# Jugiong Pub



## tavy (24/3/10)

The Sir George Tavern at Jugiong on the Hume Highway between Yass & Gundagai has reopened as a craftbrew pub selling a range of Zeirhotz beers on tap. No accomodation yet but there's a free camping ground across the road & a motel about 1km away. Great food too.


----------



## dogs01 (12/4/10)

Called in there last Thursday for a quick beer. Had a Zierholz Amber ale and must say that it was as good as at the brewery. Had a great chat with the owner and this should be on every travellers "must visit" list. Very friendly staff and a great product. Will definately have this as a stop on my visits south.
Can recommend to anyone.

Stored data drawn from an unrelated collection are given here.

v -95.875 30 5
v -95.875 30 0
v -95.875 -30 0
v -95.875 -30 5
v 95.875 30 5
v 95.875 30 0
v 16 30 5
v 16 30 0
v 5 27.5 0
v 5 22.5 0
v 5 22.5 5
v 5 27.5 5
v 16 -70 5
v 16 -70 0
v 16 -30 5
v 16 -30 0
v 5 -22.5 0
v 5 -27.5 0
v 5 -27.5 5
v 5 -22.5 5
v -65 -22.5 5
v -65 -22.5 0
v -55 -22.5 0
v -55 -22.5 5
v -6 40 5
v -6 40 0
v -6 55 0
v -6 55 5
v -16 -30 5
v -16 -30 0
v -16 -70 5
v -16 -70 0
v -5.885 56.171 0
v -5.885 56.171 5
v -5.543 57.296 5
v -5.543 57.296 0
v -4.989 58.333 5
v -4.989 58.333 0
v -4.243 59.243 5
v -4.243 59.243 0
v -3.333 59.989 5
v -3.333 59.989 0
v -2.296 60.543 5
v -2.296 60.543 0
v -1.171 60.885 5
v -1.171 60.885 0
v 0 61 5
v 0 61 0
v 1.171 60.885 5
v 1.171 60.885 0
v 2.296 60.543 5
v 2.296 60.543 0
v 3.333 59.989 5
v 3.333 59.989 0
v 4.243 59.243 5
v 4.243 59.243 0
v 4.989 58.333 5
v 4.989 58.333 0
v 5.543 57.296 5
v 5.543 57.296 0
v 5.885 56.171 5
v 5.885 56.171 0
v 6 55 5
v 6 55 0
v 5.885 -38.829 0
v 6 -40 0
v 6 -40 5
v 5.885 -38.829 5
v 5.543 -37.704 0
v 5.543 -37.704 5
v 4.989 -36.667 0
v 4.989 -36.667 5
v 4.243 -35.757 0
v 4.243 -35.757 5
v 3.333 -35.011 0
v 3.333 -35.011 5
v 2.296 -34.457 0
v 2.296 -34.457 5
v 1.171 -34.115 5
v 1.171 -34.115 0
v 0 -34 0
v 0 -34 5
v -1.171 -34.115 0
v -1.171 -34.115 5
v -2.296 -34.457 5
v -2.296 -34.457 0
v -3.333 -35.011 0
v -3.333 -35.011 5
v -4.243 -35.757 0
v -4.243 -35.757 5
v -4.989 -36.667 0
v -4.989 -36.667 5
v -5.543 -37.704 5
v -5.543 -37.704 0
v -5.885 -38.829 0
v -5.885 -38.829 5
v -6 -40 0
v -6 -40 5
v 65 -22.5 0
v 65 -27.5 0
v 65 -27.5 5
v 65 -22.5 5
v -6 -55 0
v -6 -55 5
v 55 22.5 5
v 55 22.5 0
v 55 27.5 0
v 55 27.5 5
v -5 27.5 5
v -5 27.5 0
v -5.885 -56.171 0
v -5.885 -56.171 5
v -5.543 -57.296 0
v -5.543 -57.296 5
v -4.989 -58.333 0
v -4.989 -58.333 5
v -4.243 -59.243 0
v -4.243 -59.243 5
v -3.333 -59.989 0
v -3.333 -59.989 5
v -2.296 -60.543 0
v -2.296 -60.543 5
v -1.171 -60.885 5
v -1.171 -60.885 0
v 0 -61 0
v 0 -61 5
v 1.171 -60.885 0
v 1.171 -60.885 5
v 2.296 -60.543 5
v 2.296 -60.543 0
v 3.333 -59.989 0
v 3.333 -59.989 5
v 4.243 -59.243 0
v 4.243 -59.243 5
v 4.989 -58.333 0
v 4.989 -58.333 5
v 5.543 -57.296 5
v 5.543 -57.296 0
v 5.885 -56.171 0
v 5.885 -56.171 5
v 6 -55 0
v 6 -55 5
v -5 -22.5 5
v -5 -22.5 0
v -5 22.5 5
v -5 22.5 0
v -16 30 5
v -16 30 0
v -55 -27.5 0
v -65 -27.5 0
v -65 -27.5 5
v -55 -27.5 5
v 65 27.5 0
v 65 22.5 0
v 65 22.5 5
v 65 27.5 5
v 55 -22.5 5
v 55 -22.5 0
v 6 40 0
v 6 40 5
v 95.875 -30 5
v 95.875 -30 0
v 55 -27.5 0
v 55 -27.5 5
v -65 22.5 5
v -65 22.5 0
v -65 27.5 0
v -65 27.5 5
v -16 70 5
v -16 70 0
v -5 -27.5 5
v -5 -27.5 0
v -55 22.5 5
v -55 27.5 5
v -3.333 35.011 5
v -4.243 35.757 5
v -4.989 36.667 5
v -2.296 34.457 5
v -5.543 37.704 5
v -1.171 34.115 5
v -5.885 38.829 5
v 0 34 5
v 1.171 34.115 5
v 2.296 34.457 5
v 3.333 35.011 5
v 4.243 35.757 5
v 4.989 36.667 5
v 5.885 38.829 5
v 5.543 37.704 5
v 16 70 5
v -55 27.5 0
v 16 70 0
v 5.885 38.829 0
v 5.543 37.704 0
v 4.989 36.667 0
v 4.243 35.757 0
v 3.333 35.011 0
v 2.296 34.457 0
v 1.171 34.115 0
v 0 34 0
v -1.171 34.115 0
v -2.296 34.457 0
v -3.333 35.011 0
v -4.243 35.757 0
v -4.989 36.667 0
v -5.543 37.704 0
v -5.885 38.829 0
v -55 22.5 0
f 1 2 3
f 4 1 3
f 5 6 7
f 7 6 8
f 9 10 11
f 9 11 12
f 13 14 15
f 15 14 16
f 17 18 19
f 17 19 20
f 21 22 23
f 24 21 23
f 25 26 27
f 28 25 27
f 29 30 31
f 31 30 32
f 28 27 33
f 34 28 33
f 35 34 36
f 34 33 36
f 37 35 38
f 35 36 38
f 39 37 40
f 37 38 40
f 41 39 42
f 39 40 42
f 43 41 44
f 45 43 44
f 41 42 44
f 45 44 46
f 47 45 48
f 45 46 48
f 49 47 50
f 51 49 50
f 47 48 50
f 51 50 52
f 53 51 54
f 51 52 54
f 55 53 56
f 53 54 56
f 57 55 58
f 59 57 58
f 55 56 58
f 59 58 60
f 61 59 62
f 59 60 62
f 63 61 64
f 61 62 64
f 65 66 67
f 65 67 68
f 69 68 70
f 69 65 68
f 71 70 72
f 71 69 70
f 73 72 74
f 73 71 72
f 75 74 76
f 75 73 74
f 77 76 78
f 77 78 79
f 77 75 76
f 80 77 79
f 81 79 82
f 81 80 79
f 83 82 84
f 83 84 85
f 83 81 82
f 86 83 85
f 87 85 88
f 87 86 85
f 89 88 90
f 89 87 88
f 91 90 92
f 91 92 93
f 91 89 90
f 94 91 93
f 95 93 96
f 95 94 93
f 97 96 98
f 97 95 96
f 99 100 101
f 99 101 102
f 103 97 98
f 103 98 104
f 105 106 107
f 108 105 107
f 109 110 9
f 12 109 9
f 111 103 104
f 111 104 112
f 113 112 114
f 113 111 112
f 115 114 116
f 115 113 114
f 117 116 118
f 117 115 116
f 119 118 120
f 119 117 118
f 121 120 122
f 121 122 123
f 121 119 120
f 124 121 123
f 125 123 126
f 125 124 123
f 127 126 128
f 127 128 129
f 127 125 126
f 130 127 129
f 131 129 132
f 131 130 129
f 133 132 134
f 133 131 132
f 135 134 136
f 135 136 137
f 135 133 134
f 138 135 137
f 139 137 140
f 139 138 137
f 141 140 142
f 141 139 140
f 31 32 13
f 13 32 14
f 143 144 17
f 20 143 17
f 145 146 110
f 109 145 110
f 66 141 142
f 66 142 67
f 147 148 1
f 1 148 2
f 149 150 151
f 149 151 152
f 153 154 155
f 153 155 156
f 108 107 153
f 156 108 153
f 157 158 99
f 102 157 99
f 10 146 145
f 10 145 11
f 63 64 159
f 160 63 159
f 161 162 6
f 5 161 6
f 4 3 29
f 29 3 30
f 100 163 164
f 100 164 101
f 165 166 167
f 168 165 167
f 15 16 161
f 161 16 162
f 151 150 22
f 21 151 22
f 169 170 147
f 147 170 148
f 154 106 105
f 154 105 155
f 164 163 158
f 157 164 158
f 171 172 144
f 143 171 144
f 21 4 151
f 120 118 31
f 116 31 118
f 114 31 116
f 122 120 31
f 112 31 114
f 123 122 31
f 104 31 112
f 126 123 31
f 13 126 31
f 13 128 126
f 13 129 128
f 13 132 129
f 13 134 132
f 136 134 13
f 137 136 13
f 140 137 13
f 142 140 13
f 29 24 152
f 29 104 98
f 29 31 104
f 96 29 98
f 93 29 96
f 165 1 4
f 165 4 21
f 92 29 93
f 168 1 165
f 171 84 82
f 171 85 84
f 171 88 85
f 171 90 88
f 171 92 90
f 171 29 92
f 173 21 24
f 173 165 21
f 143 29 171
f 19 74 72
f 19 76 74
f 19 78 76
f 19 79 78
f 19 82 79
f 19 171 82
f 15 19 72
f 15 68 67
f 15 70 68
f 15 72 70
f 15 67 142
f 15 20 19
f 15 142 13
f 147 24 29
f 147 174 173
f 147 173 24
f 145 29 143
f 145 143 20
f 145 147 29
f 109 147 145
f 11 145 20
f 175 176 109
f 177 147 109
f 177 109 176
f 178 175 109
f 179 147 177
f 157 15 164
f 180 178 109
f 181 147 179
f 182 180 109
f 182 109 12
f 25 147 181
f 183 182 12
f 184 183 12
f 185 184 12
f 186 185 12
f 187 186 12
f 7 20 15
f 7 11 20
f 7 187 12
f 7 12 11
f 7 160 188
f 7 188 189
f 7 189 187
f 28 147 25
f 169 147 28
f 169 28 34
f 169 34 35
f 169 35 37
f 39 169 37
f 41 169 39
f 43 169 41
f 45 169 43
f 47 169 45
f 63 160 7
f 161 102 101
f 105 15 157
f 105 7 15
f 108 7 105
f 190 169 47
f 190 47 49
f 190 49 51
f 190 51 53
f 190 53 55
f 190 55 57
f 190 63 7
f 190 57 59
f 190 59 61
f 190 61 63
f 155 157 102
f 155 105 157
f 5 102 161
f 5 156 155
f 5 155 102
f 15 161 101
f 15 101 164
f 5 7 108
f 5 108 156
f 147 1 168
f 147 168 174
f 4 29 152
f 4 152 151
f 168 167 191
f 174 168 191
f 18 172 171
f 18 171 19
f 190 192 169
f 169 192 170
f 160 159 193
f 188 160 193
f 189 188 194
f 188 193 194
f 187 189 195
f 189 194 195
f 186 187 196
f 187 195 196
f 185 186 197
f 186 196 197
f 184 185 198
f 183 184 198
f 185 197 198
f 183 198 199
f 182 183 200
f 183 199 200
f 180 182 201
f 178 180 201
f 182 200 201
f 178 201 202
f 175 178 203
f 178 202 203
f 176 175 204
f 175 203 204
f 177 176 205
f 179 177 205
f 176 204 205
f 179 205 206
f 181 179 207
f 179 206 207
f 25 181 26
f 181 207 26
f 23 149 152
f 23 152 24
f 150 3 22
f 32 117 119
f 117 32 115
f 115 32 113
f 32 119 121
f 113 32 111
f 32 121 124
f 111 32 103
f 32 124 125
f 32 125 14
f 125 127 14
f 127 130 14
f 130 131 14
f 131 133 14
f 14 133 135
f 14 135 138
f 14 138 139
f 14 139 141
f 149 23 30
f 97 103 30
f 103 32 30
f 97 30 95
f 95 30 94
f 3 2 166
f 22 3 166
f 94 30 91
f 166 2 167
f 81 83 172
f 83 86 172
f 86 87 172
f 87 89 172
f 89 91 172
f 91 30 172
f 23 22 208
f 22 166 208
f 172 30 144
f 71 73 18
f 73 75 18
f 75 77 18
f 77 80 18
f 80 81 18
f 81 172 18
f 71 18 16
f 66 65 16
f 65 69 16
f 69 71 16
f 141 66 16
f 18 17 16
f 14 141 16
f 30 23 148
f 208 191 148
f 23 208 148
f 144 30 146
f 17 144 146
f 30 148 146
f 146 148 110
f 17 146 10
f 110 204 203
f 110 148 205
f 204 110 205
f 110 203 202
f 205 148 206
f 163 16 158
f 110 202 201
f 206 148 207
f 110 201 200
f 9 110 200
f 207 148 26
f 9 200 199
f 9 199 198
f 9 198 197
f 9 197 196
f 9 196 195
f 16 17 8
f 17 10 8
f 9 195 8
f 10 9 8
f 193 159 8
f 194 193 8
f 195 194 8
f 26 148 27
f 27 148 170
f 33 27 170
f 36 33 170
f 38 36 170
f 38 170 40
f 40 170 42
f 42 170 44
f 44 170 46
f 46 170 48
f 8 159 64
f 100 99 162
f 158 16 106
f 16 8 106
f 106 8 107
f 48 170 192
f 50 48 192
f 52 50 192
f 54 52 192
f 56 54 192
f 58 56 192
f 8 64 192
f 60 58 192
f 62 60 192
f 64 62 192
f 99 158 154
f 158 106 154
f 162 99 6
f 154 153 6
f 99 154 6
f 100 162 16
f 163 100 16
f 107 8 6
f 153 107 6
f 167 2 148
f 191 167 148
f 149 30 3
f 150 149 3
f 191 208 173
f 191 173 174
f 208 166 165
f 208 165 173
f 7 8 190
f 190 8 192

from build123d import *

# Parameters (mm, degrees)
SKETCH5_W           = 10
SKETCH5_H           = 5
BOSS_EXTRUDE2_DEPTH = 5


with BuildPart() as part:
    # Sketch5 → Boss-Extrude2 (new body)
    with BuildSketch(Plane.XY):
        Polygon((-16, -70), (16, -70), (16, -30), (95.875, -30), (95.875, 30), (16, 30), (16, 70), (-16, 70), (-16, 30), (-95.875, 30), (-95.875, -30), (-16, -30), align=None)
        with Locations((60, -25)):
            Rectangle(SKETCH5_W, SKETCH5_H, mode=Mode.SUBTRACT)
        with Locations((60, 25)):
            Rectangle(SKETCH5_W, SKETCH5_H, mode=Mode.SUBTRACT)
        with Locations((0, -25)):
            Rectangle(SKETCH5_W, SKETCH5_H, mode=Mode.SUBTRACT)
        with Locations((0, 25)):
            Rectangle(SKETCH5_W, SKETCH5_H, mode=Mode.SUBTRACT)
        with Locations((-60, 25)):
            Rectangle(SKETCH5_W, SKETCH5_H, mode=Mode.SUBTRACT)
        with Locations((-60, -25)):
            Rectangle(SKETCH5_W, SKETCH5_H, mode=Mode.SUBTRACT)
        with BuildLine():
            Line((6, 55), (6, 40))
            ThreePointArc((6, 40), (0, 34), (-6, 40))
            Line((-6, 40), (-6, 55))
            ThreePointArc((-6, 55), (0, 61), (6, 55))
        make_face(mode=Mode.SUBTRACT)
        with BuildLine():
            Line((-6, -40), (-6, -55))
            ThreePointArc((-6, -55), (0, -61), (6, -55))
            Line((6, -55), (6, -40))
            ThreePointArc((6, -40), (0, -34), (-6, -40))
        make_face(mode=Mode.SUBTRACT)
    extrude(amount=BOSS_EXTRUDE2_DEPTH)


solid = part.part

Call in and enjoy.


----------



## Fatgodzilla (13/4/10)

tavy said:


> The Sir George Tavern at Jugiong on the Hume Highway between Yass & Gundagai has reopened as a craftbrew pub selling a range of Zeirhotz beers on tap. No accomodation yet but there's a free camping ground across the road & a motel about 1km away. Great food too.




At last a decent place to stop on the frequent trips I make between Wagga Wagga and the south coast. Haven't drunk there since the town was by passed. I hope it is successful. Thanks for making the effort.


----------